I have acquired an older laptop (HP 2550se), with a maximum supported memory size of 2 GB.  The search, e.g. ZFS Tuning Guide, appears to suggest that no tuning is required for more than 2 GB; however, some people reported no problems with 2 GB.

What is the current status?  Will I have problems with ZFS and should, consequently, stay with UFS?

Kindest regards,

M


----------



## giahung (Aug 30, 2013)

I think you stay with UFS is better. I have 4 GB of RAM and am using PC-BSD 9.1 with Xfce and KDE desktop environment. The KDE System Monitor said that the system uses only 600 MB of RAM, but I see that it is really slow. So I switch to Xfce Task Manager, it said the whole system (with no other applications running) uses about 2700 MB of RAM! And if I am copying or moving files it eats about 3270 MB of RAM. I installed PC-BSD with default options.

Sorry about my English.


----------



## wblock@ (Aug 30, 2013)

Appearances can be misleading: Why does top show very little free memory even when I have very few programs running?


----------



## SirDice (Aug 30, 2013)

My old server only had 2 GB and it ran ZFS just fine. Stay away from stuff like dedup though. Normal usage and even some compression shouldn't be a problem.


----------



## jem (Aug 30, 2013)

My co-located server has been running just fine with ZFS and only 2 GB of RAM for over four years, without any tuning.  It has a single mirrored pool with about 20 datasets.


----------



## kpa (Aug 30, 2013)

Limit the ARC cache manually to something like 512-768 MB. Otherwise you'll run a risk of kernel memory exhaustion.


----------



## SirDice (Aug 30, 2013)

kpa said:
			
		

> Limit the ARC cache manually to something like 512MB-768MBs. Otherwise you'll run a risk of kernel memory exhaustion.



I never tweaked anything to be honest. And I had been using tmpfs(5), building packages and running a large Java application at the same time. I never had any memory issues. Even it's swap barely got used. I did have some swap usage but that was caused by the Java application.
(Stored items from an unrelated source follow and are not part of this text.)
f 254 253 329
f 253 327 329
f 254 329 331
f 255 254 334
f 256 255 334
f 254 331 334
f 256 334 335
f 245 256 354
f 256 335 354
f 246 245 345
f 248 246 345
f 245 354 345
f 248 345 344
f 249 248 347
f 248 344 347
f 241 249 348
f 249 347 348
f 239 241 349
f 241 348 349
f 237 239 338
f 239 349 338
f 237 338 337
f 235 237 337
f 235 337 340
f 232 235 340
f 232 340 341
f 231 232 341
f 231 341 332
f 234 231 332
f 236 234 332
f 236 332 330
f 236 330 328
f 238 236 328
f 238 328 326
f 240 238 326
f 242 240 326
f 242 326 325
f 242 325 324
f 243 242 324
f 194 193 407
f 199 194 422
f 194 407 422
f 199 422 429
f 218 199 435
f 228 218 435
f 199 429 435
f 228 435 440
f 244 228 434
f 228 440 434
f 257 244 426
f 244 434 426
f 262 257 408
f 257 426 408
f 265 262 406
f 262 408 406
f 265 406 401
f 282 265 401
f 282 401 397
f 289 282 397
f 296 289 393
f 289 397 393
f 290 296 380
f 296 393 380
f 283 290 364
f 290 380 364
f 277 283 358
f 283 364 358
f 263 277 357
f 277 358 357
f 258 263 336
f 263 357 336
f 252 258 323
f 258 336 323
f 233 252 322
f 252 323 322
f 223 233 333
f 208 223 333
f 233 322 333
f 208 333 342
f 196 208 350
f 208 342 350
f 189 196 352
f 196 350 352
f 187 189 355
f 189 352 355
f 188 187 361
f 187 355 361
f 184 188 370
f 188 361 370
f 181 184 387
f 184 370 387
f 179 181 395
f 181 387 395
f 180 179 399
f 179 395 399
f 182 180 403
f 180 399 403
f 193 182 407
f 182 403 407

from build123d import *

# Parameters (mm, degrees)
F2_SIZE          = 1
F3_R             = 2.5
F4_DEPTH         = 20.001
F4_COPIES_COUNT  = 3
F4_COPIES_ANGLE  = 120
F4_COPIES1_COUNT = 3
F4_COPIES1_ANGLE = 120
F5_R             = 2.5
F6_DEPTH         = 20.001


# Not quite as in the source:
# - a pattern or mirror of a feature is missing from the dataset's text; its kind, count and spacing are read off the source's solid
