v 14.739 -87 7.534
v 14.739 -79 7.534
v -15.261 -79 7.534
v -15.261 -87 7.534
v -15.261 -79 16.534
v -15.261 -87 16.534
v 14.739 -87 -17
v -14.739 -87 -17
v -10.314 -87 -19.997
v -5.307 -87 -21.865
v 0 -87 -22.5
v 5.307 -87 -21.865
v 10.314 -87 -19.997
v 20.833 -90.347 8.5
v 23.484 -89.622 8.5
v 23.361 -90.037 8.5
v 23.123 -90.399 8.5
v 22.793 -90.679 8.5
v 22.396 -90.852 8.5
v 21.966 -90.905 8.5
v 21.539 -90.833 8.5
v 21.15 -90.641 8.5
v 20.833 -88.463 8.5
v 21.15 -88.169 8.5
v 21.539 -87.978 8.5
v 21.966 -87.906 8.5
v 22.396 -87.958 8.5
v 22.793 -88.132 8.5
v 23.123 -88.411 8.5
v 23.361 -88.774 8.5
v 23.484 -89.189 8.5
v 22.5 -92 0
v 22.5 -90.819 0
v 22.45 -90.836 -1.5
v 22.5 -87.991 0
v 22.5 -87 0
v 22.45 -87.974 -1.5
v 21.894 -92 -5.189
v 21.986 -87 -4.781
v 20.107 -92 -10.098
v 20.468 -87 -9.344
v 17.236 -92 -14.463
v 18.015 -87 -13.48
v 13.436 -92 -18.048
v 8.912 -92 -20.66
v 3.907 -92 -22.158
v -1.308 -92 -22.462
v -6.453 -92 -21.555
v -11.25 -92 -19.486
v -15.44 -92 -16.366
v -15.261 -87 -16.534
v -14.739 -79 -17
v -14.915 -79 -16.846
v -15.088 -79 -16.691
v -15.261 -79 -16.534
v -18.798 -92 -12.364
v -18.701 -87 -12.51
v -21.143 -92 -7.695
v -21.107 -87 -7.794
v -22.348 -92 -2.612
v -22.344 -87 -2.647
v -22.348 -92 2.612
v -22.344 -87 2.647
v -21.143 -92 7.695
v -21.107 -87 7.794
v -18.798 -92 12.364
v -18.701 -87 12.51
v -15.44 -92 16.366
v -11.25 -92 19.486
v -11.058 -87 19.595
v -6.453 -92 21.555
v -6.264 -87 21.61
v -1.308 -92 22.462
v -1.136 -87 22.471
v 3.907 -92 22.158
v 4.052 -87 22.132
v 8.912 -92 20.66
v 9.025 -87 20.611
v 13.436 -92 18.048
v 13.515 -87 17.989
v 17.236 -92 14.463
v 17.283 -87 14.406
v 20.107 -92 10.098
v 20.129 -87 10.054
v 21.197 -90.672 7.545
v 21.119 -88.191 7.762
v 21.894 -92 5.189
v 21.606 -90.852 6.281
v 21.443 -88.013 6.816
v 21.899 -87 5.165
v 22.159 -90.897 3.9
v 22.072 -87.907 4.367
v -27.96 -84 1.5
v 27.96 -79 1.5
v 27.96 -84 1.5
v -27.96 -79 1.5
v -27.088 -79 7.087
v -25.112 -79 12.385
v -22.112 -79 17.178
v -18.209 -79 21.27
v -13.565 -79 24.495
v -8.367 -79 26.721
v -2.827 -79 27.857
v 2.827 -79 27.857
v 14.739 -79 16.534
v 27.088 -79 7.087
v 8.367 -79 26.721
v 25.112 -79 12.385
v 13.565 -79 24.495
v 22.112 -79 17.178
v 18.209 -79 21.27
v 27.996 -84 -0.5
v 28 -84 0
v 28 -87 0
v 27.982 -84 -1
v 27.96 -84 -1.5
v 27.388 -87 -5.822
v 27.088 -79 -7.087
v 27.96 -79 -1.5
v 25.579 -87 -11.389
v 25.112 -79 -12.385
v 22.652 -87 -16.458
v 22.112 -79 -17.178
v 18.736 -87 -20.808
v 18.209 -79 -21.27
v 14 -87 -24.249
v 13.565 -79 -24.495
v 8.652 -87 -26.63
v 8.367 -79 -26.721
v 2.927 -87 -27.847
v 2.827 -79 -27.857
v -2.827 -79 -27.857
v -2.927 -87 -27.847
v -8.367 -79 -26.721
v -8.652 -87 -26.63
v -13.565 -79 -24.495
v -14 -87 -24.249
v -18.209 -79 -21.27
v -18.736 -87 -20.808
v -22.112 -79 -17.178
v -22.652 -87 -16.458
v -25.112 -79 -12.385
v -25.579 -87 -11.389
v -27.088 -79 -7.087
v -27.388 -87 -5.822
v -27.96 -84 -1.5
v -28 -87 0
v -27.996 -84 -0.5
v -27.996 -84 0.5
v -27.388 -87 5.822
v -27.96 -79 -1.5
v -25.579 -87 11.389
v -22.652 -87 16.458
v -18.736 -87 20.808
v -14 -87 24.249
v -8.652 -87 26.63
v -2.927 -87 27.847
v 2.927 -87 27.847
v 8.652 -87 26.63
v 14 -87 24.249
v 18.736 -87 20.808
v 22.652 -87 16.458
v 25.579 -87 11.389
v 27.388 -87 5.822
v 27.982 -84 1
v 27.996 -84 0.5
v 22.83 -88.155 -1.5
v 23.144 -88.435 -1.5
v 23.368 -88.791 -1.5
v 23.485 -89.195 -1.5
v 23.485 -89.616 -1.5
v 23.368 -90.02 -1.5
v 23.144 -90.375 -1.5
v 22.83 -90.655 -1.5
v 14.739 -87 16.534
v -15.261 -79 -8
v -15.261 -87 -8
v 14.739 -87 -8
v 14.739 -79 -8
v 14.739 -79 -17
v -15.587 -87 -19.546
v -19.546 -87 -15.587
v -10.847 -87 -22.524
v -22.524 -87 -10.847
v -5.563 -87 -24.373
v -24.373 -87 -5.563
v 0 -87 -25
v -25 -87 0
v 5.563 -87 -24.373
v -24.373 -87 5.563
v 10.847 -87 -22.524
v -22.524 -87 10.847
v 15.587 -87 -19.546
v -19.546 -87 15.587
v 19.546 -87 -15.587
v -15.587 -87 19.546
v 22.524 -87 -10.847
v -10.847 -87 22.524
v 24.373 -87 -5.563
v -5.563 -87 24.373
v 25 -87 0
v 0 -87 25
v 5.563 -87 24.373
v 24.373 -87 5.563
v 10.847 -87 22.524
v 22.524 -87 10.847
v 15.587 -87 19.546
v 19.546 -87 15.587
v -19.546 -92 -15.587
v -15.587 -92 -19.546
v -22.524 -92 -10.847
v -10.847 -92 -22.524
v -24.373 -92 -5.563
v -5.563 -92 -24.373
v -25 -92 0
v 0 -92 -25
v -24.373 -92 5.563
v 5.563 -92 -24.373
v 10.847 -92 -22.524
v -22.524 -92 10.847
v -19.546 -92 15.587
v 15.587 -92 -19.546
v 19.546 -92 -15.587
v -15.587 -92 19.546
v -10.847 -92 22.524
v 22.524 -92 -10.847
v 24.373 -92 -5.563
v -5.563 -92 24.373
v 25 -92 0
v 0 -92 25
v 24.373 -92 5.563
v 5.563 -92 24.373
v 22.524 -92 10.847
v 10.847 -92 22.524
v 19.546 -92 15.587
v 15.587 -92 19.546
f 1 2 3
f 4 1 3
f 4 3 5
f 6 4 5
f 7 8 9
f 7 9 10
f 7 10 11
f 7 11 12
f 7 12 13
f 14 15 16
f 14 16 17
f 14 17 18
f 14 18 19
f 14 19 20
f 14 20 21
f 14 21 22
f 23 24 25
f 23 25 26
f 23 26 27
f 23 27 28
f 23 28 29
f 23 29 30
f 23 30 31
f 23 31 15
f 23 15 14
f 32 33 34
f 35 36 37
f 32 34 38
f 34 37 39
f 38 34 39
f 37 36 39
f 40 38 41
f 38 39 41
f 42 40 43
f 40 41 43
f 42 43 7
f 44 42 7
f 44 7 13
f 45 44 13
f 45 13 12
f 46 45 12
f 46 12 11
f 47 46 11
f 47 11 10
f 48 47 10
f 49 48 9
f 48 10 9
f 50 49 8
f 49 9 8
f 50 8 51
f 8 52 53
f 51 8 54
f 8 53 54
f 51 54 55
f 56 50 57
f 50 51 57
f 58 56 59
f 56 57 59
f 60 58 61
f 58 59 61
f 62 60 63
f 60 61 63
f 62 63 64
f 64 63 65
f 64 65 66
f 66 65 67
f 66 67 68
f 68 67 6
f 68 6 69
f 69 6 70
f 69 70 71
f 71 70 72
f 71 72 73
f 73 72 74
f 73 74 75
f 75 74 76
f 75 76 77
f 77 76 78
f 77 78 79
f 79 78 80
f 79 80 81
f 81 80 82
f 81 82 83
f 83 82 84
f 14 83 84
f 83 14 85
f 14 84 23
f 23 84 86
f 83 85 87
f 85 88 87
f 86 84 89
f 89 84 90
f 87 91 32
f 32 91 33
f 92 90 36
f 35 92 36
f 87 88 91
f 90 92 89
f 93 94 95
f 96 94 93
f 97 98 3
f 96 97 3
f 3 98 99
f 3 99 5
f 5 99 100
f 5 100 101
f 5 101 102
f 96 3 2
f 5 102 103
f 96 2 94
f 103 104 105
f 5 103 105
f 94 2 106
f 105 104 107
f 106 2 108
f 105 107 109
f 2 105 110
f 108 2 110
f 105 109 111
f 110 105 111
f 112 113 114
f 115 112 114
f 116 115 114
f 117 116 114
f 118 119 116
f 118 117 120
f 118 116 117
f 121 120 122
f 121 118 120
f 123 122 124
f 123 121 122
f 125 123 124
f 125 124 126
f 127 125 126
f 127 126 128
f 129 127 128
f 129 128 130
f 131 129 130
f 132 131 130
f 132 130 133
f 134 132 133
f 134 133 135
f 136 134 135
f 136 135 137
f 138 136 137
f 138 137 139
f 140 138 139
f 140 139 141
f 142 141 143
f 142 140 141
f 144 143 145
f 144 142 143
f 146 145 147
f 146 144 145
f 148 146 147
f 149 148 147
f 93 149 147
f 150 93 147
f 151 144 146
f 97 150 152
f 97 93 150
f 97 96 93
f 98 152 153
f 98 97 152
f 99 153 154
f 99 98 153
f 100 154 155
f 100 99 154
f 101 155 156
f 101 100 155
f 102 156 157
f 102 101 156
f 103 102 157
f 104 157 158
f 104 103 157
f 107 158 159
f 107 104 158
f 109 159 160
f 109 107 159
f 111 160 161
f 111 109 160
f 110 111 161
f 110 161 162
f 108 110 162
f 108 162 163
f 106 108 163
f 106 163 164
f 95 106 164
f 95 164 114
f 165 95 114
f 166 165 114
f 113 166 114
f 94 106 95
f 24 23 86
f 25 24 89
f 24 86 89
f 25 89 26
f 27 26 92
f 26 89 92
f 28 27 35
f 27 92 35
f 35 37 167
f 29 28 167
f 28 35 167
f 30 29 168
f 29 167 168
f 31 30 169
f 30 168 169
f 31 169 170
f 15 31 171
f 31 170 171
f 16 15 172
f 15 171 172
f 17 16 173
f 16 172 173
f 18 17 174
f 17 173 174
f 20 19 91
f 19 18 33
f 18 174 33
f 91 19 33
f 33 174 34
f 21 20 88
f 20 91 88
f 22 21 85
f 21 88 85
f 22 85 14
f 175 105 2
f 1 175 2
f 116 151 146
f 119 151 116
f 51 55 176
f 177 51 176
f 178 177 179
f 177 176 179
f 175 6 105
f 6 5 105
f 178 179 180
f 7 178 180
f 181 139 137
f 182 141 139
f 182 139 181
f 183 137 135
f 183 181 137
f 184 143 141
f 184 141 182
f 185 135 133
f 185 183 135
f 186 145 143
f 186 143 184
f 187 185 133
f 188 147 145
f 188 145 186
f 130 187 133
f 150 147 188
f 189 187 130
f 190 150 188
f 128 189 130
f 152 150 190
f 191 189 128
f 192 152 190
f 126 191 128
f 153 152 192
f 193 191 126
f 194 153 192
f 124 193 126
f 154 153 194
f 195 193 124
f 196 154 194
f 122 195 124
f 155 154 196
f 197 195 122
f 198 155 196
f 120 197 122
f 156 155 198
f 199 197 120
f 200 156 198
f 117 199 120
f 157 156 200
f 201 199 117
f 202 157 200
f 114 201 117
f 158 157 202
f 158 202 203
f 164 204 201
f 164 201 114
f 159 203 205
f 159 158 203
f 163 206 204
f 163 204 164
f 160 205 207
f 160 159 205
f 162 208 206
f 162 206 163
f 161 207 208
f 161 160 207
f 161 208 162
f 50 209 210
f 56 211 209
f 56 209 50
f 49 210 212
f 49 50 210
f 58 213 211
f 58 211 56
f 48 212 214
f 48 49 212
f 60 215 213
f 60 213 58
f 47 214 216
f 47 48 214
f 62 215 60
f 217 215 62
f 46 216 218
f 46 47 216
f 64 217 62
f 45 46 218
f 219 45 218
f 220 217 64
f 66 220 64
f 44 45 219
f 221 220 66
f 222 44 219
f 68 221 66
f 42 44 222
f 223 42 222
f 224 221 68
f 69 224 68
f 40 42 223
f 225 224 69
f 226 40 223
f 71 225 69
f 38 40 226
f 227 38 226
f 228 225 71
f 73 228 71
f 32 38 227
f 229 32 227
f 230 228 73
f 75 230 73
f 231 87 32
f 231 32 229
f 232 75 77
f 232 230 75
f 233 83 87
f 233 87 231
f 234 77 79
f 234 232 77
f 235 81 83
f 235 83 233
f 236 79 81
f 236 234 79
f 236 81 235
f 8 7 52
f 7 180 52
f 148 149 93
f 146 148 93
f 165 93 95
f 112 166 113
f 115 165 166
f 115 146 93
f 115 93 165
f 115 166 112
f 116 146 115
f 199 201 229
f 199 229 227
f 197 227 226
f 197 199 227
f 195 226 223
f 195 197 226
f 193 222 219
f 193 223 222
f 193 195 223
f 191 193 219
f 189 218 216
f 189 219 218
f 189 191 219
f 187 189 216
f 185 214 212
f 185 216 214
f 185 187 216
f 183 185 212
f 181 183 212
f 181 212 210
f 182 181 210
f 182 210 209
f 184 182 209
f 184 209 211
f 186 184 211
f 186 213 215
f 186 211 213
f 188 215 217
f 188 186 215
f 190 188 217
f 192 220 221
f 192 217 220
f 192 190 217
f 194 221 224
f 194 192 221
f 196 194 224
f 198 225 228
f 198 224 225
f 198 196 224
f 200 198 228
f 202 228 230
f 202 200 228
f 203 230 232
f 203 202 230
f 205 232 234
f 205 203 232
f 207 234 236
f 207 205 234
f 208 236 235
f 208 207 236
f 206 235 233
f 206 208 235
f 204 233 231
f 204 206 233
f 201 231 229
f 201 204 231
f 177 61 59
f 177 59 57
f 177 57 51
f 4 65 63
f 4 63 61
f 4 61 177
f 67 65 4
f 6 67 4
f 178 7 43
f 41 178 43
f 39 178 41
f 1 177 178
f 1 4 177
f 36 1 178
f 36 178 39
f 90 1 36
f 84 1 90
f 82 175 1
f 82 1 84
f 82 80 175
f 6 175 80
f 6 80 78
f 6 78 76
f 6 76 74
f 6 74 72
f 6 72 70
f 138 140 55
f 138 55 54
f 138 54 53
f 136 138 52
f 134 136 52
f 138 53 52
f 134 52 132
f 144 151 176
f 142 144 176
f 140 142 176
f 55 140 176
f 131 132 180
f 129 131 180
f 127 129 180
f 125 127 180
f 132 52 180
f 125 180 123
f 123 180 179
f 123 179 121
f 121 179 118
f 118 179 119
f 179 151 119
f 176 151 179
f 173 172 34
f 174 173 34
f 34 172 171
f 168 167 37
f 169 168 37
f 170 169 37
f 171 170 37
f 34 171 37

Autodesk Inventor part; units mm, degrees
ref_plane "YZ Plane" through (0, 0, 0) normal (1, 0, 0) x (0, 1, 0)
ref_plane "XZ Plane" through (0, 0, 0) normal (0, 1, 0) x (-1, 0, 0)
ref_plane "XY Plane" through (0, 0, 0) normal (0, 0, 1) x (1, 0, 0)
sketch "Sketch1" plane through (0, 0, 0) normal (0, 0, 1) x (1, 0, 0)
  line L0 (-27.5, 79) -> (27.5, 79)
  line L1 (27.5, 79) -> (27.5, -79)
  line L2 (27.5, -79) -> (-27.5, -79)
  line L3 (-27.5, -79) -> (-27.5, 79)
  line L4 (-20, 71.5) -> (20, 71.5)
  line L5 (20, 71.5) -> (20, -71.5)
  line L6 (20, -71.5) -> (-20, -71.5)
  line L7 (-20, -71.5) -> (-20, 71.5)
  point P0 (0, 0)
  point P1 (0, -79)
  dimension "d0" = 55
  dimension "d1" = 158
  dimension "d2" = 79
  dimension "d3" = 27.5
  dimension "d4" = 143
  dimension "d5" = 40
  dimension "d6" = 20
  dimension "d7" = 71.5
extrude "Extrusion1" add sketch "Sketch1" along normal mid plane 3
sketch "Sketch2" plane through (-27.5, 79, -1.5) normal (0, 1, 0) x (1, 0, 0)
  circle A0 centre (27.5, -1.5) radius 28
  point P0 (27.5, -1.5)
  dimension "d10" = 56
extrude "Extrusion2" add sketch "Sketch2" against normal blind 8
sketch "Sketch3" plane through (0, 0, 1.5) normal (0, 0, 1) x (1, 0, 0)
  line L0 (-25, 71) -> (25, 71)
  line L1 (25, 71) -> (25, -9)
  line L2 (25, -9) -> (-25, -9)
  line L3 (-25, -9) -> (-25, 71)
  circle A0 centre (-22, -6) radius 1.5
  circle A1 centre (-22, 68) radius 1.5
  circle A2 centre (22, -6) radius 1.5
  circle A3 centre (22, 68) radius 1.5
  line L4 (-28, 71) -> (28, 71) projected
  point P0 (0, 0)
  dimension "d13" = 80
  dimension "d14" = 50
  dimension "d15" = 25
  dimension "d16" = 3
  dimension "d18" = 3
  dimension "d19" = 3
  dimension "d20" = 3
If I didn't run that no swap would be used.


----------



## kpa (Aug 30, 2013)

I meant that you should leave enough memory for applications and other parts of the kernel. Depending on the use you could up the ARC cache as high as 1.5 GB roughly, for example if the server is a pure file server. The numbers I gave are safe and conservative ones for a machine that might be used as a desktop/laptop.

Autotuning may work or may not with 2 GB, the magic number seems to be around 4 GB of physical memory after which the autotuning usually does a good job of setting reasonable defaults.


----------



## mefizto (Aug 30, 2013)

Gentlemen,

Thank you for the replies. Based on them, I intend to use ZFS, my main motivation being snapshots, with no tuning, and ask for help if the kernel memory exhaustion problem appears.

Kindest regards,

M

P.S. How do I mark the thread "Solved"?

M


----------



## fonz (Sep 4, 2013)

mefizto said:
			
		

> P.S. How do I mark the thread "Solved"?


http://forums.freebsd.org/showthread.php?t=38472


----------